- TASK ITEM -
In the data below, find the line containing "#24=VERTEX_POINT('',#23);", then set down that line and every later line up to and including the line containing "#53=ORIENTED_EDGE('',*,*,#52,.T.);", exactly.

[Stored data entries]
•••
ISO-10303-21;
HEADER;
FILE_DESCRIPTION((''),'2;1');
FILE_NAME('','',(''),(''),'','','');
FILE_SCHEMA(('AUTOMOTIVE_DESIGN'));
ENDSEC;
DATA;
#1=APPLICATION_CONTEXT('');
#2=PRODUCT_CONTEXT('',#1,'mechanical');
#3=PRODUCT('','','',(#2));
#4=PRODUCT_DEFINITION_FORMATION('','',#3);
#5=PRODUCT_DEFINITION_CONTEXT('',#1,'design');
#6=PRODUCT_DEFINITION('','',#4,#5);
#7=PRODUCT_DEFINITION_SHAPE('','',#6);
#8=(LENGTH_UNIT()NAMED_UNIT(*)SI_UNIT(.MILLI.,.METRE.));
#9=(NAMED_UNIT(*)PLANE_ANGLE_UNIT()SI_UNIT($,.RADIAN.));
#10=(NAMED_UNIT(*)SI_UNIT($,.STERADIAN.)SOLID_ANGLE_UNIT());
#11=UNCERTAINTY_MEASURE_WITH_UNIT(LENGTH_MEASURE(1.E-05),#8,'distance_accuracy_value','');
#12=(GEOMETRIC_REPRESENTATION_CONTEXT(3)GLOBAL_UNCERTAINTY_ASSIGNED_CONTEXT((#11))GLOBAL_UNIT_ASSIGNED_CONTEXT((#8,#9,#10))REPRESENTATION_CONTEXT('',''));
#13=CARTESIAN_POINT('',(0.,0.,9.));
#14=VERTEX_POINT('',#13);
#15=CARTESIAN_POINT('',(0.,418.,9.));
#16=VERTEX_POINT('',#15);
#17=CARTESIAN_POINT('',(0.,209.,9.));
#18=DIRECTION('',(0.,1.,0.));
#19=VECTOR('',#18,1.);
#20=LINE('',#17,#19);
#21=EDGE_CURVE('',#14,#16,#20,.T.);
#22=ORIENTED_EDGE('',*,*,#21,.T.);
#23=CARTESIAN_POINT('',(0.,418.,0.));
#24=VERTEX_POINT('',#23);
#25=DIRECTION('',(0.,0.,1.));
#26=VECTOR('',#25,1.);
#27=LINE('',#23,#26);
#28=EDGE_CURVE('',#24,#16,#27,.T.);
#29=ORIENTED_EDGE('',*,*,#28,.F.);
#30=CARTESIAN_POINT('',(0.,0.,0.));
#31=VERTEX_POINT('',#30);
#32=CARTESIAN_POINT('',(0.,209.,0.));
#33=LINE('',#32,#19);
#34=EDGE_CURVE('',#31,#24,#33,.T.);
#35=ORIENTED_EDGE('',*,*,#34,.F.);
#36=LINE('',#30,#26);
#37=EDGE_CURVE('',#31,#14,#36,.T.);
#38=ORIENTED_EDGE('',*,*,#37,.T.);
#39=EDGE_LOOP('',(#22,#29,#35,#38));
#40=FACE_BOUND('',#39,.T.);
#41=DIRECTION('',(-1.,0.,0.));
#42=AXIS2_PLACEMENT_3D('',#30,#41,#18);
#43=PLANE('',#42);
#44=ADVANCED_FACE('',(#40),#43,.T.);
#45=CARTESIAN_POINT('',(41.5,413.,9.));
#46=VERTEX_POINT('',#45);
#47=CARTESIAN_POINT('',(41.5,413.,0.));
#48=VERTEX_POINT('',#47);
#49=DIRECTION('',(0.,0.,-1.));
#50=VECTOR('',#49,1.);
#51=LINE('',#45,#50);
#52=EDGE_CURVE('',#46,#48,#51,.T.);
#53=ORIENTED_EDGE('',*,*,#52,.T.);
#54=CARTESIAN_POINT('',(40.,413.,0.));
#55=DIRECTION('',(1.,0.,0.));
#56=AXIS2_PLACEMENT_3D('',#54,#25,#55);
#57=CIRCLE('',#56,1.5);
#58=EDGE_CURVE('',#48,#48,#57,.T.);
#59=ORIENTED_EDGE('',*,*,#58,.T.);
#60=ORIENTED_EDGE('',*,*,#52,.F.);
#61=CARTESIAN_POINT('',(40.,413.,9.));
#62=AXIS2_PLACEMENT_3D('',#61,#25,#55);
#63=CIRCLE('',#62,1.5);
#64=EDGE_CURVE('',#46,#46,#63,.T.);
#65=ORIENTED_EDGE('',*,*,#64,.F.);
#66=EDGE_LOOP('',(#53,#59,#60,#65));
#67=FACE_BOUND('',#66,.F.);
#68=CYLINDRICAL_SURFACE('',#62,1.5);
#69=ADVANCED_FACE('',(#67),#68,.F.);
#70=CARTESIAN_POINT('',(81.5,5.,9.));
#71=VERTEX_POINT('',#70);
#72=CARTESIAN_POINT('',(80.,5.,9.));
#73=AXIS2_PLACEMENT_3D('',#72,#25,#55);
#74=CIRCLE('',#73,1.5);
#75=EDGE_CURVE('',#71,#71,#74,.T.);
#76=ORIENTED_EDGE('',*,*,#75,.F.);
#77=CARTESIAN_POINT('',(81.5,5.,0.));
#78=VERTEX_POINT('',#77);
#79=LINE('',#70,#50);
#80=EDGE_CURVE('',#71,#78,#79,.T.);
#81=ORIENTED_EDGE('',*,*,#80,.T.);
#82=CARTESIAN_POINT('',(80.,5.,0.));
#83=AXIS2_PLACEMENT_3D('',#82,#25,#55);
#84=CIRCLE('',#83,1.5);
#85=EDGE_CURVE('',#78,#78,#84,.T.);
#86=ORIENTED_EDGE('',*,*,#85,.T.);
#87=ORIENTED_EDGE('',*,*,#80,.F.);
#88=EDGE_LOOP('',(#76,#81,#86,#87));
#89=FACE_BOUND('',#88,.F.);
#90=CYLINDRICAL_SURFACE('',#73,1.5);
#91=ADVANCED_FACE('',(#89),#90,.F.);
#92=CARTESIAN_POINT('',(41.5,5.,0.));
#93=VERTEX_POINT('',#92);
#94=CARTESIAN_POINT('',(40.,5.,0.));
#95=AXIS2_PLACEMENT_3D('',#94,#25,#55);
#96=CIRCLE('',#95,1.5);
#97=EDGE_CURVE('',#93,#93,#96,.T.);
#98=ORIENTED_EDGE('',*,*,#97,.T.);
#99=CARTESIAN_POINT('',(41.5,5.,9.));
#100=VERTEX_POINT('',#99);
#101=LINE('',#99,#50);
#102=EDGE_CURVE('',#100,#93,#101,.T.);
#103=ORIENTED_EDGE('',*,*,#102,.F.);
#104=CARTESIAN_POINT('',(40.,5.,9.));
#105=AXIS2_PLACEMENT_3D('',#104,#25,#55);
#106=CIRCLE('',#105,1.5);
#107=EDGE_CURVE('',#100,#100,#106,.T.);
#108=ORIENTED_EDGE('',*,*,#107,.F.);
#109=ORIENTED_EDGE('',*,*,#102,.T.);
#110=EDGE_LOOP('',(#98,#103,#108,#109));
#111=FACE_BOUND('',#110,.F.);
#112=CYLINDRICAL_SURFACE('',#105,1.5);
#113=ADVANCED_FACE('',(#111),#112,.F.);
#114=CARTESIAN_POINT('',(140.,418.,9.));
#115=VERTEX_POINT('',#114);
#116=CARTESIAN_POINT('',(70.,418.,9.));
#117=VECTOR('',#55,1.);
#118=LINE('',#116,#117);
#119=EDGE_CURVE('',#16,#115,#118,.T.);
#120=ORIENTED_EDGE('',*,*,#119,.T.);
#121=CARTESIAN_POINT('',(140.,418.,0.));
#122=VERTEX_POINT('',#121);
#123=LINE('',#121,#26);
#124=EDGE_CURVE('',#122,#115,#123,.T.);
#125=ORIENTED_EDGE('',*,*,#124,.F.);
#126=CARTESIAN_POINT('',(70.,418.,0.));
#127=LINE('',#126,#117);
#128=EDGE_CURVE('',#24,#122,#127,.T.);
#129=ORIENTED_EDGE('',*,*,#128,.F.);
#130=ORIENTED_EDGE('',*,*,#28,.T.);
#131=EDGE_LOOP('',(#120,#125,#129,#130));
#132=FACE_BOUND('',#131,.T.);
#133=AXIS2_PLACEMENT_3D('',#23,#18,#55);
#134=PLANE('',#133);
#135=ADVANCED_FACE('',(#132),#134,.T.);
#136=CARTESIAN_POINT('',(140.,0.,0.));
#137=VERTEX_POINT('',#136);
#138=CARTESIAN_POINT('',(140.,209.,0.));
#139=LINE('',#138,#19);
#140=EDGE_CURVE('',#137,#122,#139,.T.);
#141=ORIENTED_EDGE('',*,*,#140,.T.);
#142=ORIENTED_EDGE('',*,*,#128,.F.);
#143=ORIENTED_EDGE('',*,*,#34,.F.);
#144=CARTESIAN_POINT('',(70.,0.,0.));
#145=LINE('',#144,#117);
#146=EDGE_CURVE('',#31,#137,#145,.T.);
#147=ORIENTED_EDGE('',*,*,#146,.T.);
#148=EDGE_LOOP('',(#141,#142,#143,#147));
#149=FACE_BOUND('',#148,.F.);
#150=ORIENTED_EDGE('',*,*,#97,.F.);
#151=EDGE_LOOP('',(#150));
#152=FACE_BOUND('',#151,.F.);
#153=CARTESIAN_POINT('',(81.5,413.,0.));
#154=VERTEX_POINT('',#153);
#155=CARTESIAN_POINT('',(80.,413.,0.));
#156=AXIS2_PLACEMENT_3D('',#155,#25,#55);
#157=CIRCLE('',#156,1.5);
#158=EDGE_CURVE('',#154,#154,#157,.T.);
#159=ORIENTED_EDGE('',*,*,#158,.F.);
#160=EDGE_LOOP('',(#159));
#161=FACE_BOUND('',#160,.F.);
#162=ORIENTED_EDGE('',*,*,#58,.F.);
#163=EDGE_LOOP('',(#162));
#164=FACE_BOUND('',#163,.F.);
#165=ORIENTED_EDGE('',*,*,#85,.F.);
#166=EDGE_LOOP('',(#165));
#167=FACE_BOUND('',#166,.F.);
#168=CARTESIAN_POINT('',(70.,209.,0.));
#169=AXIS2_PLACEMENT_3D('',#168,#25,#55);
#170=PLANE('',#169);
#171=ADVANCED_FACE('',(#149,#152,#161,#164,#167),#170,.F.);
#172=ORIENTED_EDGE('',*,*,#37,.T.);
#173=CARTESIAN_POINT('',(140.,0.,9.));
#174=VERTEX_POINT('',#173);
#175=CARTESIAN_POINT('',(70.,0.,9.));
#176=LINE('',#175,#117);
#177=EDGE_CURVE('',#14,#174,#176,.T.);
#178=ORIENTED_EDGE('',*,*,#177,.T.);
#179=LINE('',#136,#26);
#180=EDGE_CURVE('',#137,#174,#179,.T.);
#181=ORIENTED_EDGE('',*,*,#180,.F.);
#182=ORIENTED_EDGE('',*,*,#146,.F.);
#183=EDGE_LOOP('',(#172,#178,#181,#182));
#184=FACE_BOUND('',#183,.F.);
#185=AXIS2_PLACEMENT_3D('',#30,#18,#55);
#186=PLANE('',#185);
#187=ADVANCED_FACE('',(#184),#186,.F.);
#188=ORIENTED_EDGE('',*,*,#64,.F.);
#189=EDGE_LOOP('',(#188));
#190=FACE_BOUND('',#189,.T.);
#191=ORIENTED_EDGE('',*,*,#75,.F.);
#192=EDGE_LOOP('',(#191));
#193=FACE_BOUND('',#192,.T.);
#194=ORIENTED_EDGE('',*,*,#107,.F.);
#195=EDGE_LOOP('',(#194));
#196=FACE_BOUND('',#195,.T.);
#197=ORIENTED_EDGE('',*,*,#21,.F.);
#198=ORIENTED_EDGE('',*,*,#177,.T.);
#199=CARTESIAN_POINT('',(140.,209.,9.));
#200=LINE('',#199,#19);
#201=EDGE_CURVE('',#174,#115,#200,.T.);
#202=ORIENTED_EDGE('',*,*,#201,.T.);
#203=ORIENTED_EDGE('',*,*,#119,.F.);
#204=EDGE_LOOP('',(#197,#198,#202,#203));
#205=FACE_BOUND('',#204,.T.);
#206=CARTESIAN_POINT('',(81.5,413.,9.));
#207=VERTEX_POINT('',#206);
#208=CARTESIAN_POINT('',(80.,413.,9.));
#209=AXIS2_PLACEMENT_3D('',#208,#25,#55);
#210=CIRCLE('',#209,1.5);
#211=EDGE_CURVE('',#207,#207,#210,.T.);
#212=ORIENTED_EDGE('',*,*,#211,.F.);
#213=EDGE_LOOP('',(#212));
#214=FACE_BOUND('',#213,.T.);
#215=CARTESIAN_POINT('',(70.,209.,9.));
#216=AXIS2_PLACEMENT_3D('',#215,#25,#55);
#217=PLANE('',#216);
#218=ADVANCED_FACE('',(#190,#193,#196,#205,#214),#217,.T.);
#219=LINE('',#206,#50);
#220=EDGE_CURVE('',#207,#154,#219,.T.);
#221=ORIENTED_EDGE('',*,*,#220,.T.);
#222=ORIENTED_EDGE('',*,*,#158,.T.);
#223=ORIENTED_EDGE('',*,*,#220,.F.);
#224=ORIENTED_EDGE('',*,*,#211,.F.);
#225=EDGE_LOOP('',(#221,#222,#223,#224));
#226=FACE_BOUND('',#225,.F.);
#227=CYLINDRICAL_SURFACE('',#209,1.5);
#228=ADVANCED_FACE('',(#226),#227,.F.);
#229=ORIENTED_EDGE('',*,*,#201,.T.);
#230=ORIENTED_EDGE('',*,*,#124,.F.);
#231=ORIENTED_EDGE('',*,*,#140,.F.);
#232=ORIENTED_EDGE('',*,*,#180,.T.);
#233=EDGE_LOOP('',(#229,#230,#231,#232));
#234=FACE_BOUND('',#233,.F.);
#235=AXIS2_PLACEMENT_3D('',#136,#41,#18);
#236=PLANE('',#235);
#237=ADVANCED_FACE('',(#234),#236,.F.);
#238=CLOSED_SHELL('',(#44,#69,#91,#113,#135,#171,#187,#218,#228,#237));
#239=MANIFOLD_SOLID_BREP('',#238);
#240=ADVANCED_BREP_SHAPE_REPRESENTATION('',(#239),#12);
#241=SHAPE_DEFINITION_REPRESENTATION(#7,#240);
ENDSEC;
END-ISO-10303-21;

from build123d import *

# Parameters (mm, degrees)
SKETCH_W    = 140
SKETCH_H    = 418
PAD_DEPTH   = 9
SKETCH001_R = 1.5
HOLE_DEPTH  = 9.001


with BuildPart() as part:
    # Sketch → Pad (new body)
    with BuildSketch(Plane.XY):
        with Locations((70, 209)):
            Rectangle(SKETCH_W, SKETCH_H)
    extrude(amount=PAD_DEPTH)

    # Sketch001 (on Face6 of Pad) → Hole (cut, through all)
    with BuildSketch(Plane.XY.offset(9)):
        with Locations((40, 5)):
            Circle(SKETCH001_R)
        with Locations((80, 5)):
            Circle(SKETCH001_R)
        with Locations((145, 100)):
            Circle(SKETCH001_R)
        with Locations((145, 300)):
            Circle(SKETCH001_R)
        with Locations((40, 413)):
            Circle(SKETCH001_R)
        with Locations((80, 413)):
            Circle(SKETCH001_R)
        with Locations((145, 200)):
            Circle(SKETCH001_R)
    extrude(amount=-HOLE_DEPTH, mode=Mode.SUBTRACT)


solid = part.part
•••
- OUTPUT -
#24=VERTEX_POINT('',#23);
#25=DIRECTION('',(0.,0.,1.));
#26=VECTOR('',#25,1.);
#27=LINE('',#23,#26);
#28=EDGE_CURVE('',#24,#16,#27,.T.);
#29=ORIENTED_EDGE('',*,*,#28,.F.);
#30=CARTESIAN_POINT('',(0.,0.,0.));
#31=VERTEX_POINT('',#30);
#32=CARTESIAN_POINT('',(0.,209.,0.));
#33=LINE('',#32,#19);
#34=EDGE_CURVE('',#31,#24,#33,.T.);
#35=ORIENTED_EDGE('',*,*,#34,.F.);
#36=LINE('',#30,#26);
#37=EDGE_CURVE('',#31,#14,#36,.T.);
#38=ORIENTED_EDGE('',*,*,#37,.T.);
#39=EDGE_LOOP('',(#22,#29,#35,#38));
#40=FACE_BOUND('',#39,.T.);
#41=DIRECTION('',(-1.,0.,0.));
#42=AXIS2_PLACEMENT_3D('',#30,#41,#18);
#43=PLANE('',#42);
#44=ADVANCED_FACE('',(#40),#43,.T.);
#45=CARTESIAN_POINT('',(41.5,413.,9.));
#46=VERTEX_POINT('',#45);
#47=CARTESIAN_POINT('',(41.5,413.,0.));
#48=VERTEX_POINT('',#47);
#49=DIRECTION('',(0.,0.,-1.));
#50=VECTOR('',#49,1.);
#51=LINE('',#45,#50);
#52=EDGE_CURVE('',#46,#48,#51,.T.);
#53=ORIENTED_EDGE('',*,*,#52,.T.);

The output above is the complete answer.